* [EXERCISE GOAL] The material below holds a span beginning at the line with "f 156 155 102" and ending at the line with "f 17 129 18". Quote that span exactly, both ends included, and only that span.

* [DATA FOR REVIEW]
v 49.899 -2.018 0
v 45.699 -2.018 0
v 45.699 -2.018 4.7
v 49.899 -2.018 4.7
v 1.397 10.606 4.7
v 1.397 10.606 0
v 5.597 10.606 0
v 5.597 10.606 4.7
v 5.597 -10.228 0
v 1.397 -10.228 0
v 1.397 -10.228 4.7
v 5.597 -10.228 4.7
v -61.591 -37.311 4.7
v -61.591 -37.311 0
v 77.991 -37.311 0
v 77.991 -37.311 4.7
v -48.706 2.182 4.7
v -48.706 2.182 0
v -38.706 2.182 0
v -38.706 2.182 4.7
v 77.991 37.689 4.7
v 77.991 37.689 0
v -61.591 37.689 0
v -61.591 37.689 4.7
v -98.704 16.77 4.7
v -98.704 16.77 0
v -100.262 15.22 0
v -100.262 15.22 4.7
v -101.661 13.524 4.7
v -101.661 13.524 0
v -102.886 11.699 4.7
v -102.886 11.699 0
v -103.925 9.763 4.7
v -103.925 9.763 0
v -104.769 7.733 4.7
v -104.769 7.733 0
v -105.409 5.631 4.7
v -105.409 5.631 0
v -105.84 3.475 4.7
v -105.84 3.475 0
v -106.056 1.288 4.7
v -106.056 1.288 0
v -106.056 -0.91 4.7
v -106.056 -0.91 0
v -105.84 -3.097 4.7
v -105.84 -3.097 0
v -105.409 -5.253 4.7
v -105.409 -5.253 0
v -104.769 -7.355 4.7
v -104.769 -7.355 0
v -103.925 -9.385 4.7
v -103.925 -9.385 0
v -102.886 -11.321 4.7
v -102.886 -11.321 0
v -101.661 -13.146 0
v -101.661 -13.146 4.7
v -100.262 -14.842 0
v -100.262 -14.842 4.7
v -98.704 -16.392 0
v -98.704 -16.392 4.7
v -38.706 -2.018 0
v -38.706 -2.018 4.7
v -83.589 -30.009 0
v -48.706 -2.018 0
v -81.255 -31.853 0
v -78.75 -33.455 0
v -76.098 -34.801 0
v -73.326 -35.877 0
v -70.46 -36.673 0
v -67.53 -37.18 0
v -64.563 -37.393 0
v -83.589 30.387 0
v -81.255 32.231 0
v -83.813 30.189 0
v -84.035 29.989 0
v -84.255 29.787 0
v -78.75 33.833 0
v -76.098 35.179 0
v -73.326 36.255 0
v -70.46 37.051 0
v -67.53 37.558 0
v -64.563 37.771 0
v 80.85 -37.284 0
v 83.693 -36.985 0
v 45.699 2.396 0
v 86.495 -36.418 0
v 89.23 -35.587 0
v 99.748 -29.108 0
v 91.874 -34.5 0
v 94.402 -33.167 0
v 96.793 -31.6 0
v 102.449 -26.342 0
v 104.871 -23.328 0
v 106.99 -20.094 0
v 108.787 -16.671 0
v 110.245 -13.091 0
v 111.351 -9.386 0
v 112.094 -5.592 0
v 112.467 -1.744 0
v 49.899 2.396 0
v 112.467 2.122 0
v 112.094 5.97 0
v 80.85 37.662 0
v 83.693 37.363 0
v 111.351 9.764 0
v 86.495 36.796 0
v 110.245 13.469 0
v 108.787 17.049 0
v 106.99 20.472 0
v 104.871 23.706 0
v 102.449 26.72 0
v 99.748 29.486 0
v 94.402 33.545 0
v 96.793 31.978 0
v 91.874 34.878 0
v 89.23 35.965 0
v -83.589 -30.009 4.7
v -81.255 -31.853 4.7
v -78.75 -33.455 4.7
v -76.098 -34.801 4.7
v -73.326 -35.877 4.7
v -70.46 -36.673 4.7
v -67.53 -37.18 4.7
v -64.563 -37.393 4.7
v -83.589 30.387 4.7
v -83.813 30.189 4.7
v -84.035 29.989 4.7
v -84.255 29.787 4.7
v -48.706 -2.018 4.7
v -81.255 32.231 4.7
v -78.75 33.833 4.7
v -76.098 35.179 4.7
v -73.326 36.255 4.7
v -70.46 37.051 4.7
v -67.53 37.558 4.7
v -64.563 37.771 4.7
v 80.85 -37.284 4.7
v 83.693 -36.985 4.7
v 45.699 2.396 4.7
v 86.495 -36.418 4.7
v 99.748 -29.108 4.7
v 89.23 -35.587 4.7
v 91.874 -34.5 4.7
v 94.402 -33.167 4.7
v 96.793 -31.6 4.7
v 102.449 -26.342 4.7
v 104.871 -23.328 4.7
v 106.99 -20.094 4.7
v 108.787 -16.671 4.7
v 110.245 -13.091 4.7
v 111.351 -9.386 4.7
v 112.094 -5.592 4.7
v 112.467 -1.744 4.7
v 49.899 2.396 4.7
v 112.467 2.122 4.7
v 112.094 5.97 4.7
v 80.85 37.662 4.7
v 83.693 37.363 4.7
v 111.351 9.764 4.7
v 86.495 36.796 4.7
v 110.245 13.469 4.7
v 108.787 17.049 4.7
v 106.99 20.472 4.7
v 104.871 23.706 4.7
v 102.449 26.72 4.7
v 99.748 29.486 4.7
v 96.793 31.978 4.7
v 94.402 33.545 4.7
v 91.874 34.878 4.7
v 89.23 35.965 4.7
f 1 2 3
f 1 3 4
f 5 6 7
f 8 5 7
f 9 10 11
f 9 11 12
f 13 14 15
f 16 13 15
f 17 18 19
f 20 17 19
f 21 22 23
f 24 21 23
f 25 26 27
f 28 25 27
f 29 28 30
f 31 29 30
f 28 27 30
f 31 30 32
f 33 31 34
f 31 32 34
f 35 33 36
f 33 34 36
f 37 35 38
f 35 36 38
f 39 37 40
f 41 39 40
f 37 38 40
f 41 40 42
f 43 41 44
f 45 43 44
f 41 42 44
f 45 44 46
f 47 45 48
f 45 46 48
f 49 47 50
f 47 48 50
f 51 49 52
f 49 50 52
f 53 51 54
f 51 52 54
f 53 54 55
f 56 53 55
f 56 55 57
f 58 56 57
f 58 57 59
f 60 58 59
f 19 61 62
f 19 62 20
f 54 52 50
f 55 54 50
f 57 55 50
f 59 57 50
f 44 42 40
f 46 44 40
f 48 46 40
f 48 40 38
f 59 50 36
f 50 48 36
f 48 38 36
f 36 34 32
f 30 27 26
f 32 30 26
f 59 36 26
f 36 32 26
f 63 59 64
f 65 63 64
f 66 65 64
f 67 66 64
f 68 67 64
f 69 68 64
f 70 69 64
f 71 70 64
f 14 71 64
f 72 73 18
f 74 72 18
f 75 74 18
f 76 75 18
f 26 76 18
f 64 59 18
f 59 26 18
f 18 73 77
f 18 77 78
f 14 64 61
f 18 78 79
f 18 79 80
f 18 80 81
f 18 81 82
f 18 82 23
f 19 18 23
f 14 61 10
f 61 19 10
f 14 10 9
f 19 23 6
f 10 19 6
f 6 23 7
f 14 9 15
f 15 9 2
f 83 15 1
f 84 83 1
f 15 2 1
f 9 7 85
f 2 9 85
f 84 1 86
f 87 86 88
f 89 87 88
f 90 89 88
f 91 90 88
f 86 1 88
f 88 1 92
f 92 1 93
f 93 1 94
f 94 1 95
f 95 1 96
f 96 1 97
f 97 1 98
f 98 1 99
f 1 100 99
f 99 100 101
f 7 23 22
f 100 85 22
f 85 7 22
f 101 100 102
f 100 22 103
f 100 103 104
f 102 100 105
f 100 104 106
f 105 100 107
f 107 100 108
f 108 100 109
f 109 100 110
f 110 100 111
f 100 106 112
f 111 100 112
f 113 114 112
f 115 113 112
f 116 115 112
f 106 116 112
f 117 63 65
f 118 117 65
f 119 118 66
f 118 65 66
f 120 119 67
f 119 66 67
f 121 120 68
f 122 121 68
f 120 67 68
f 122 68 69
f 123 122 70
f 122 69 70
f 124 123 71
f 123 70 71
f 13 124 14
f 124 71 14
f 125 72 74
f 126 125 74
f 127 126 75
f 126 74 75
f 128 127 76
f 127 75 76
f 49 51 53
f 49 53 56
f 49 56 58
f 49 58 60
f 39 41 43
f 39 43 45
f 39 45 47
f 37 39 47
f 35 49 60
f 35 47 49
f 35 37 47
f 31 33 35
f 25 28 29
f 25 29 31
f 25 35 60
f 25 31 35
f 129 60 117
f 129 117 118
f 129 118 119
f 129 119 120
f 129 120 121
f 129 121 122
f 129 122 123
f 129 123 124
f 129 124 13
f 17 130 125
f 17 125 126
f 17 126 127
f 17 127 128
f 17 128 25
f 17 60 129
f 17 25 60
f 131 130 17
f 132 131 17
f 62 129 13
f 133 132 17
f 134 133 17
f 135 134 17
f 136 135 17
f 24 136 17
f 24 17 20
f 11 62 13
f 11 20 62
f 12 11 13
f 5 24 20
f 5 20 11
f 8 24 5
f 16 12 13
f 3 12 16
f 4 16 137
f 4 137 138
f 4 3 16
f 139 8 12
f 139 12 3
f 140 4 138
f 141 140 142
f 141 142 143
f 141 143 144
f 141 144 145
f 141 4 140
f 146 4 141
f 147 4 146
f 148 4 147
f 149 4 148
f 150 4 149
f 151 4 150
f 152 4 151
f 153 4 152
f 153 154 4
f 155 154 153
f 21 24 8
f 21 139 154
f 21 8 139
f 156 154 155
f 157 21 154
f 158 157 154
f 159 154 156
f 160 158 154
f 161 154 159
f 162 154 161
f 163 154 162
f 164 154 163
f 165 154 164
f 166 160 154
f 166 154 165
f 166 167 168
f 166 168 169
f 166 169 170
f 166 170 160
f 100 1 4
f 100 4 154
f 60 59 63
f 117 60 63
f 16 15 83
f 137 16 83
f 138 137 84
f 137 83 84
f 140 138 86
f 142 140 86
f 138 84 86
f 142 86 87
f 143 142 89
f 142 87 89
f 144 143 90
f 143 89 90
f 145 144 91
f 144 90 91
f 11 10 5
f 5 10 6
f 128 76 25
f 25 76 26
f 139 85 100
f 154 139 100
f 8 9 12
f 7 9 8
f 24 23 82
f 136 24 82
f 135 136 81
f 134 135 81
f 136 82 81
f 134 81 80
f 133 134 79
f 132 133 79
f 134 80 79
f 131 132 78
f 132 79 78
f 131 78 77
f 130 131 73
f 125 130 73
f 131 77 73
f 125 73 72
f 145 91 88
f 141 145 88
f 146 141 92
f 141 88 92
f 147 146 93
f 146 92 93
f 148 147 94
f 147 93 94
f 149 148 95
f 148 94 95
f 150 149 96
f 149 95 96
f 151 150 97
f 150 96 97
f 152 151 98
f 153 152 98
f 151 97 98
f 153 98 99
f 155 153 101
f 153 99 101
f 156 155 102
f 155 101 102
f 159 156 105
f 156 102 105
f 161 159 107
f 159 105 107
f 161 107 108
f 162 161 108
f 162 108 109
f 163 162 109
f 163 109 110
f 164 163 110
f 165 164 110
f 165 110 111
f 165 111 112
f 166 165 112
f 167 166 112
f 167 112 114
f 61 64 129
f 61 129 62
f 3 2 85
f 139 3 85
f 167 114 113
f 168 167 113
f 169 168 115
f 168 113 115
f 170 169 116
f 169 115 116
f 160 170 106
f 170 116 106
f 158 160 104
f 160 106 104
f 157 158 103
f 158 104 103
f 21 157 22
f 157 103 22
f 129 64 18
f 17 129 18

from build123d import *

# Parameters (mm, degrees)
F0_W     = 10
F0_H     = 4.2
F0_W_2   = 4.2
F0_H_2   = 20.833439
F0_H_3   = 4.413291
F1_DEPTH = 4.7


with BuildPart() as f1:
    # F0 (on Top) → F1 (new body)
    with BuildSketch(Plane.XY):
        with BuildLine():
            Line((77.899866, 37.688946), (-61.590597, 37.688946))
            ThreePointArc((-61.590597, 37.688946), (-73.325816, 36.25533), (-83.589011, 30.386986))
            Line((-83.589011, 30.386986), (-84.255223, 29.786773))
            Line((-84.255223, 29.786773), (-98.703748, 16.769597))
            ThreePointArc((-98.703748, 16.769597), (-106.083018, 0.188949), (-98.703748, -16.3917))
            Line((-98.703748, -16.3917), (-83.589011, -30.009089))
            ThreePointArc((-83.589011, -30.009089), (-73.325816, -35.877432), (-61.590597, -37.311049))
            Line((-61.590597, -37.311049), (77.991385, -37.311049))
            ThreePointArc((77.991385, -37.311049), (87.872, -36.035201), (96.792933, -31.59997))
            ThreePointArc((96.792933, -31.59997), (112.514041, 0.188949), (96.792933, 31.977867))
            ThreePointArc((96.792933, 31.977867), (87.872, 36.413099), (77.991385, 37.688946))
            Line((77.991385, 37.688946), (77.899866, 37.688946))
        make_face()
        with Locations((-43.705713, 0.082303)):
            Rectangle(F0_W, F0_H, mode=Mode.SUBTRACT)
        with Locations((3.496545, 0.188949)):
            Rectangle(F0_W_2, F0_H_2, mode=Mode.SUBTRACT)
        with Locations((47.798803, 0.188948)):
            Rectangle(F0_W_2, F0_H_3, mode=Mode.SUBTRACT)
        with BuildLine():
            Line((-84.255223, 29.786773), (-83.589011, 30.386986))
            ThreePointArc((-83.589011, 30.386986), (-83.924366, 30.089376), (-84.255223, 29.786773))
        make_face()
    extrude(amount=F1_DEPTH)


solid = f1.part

--

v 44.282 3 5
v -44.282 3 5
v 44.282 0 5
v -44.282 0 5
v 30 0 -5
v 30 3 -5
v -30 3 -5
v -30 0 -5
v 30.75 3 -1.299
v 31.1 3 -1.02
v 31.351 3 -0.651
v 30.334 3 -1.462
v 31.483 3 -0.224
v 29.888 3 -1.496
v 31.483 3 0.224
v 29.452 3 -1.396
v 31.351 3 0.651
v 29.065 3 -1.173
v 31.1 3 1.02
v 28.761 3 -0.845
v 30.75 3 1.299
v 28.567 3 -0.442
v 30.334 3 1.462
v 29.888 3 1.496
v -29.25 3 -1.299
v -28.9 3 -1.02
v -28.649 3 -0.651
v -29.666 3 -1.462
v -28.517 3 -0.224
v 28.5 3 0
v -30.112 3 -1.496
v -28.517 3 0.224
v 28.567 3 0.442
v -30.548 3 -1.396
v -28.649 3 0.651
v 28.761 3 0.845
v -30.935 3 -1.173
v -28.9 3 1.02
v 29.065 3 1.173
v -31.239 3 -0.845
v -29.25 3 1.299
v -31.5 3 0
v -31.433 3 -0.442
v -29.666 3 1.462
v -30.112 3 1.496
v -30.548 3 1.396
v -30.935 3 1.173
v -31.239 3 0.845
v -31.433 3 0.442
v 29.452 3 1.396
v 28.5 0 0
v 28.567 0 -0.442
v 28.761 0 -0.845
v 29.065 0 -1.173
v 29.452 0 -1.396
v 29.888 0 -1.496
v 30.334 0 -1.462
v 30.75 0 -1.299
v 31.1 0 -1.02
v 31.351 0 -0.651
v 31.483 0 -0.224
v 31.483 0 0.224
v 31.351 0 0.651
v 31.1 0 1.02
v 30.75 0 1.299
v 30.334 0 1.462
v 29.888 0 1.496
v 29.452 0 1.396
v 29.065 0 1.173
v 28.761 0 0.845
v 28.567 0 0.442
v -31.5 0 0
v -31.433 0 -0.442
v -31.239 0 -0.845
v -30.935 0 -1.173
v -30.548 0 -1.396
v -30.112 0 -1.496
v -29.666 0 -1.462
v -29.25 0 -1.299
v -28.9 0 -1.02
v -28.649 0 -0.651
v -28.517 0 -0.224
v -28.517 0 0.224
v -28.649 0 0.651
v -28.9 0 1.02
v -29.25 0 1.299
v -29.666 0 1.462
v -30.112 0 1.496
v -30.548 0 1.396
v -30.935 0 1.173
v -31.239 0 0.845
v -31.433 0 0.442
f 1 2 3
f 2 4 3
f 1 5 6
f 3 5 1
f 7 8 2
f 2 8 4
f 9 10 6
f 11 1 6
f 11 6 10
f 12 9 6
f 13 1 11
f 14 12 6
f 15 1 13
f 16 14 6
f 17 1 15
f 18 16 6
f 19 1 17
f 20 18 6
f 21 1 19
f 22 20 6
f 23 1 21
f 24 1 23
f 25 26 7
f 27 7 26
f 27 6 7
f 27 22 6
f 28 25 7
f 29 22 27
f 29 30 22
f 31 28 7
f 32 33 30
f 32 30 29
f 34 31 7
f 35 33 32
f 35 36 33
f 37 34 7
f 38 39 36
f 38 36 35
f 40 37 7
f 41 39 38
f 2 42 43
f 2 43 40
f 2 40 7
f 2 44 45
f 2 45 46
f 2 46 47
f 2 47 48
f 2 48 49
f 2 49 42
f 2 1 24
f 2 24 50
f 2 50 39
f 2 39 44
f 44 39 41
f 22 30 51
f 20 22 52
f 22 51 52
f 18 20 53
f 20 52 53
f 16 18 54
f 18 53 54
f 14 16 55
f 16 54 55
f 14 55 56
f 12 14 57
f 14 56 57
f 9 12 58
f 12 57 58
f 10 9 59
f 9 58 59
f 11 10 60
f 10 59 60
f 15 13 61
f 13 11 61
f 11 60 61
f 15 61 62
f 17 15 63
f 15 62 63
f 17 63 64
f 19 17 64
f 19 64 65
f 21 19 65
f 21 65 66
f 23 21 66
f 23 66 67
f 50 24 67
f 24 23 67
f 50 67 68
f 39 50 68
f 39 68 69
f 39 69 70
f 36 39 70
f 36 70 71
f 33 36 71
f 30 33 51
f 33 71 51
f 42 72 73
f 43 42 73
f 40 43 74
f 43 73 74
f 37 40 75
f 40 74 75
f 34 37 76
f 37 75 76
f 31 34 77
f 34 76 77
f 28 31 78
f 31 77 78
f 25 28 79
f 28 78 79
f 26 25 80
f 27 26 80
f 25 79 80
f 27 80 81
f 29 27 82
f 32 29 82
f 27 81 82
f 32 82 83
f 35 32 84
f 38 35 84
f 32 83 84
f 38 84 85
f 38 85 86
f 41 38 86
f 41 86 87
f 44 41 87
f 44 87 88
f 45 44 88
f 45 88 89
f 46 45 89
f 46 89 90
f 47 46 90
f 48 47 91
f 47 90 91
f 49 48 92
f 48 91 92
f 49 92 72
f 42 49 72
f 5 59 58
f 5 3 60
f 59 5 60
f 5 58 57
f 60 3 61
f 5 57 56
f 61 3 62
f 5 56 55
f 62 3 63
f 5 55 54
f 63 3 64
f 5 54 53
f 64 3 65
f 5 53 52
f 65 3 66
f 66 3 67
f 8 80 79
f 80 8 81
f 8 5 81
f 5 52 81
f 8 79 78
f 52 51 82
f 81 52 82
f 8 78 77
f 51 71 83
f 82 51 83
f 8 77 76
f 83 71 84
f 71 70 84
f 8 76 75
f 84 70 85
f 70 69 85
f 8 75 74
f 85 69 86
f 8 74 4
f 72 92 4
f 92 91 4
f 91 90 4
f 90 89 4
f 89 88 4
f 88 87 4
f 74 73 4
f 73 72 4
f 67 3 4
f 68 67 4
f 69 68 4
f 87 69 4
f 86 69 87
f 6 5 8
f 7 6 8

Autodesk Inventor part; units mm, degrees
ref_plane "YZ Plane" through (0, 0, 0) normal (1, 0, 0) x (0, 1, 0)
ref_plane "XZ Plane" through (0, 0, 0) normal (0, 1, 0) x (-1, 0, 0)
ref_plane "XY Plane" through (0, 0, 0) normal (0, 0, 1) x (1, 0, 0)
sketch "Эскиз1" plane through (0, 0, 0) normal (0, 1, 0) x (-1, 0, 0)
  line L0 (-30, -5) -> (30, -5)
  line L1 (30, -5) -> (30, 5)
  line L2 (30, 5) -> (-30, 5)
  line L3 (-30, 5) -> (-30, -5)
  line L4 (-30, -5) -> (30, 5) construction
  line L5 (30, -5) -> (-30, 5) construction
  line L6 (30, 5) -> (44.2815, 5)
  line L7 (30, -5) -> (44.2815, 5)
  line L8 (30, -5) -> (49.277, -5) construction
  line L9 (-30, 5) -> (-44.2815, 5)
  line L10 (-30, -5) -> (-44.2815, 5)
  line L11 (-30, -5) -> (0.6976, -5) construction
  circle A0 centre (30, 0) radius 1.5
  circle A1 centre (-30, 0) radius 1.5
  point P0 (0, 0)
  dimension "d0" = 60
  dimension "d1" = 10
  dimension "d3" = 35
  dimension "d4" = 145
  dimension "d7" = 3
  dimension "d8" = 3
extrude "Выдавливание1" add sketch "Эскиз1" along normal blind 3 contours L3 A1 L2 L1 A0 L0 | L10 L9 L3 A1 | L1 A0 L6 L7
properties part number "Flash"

* [TASK ANSWER]
f 156 155 102
f 155 101 102
f 159 156 105
f 156 102 105
f 161 159 107
f 159 105 107
f 161 107 108
f 162 161 108
f 162 108 109
f 163 162 109
f 163 109 110
f 164 163 110
f 165 164 110
f 165 110 111
f 165 111 112
f 166 165 112
f 167 166 112
f 167 112 114
f 61 64 129
f 61 129 62
f 3 2 85
f 139 3 85
f 167 114 113
f 168 167 113
f 169 168 115
f 168 113 115
f 170 169 116
f 169 115 116
f 160 170 106
f 170 116 106
f 158 160 104
f 160 106 104
f 157 158 103
f 158 104 103
f 21 157 22
f 157 103 22
f 129 64 18
f 17 129 18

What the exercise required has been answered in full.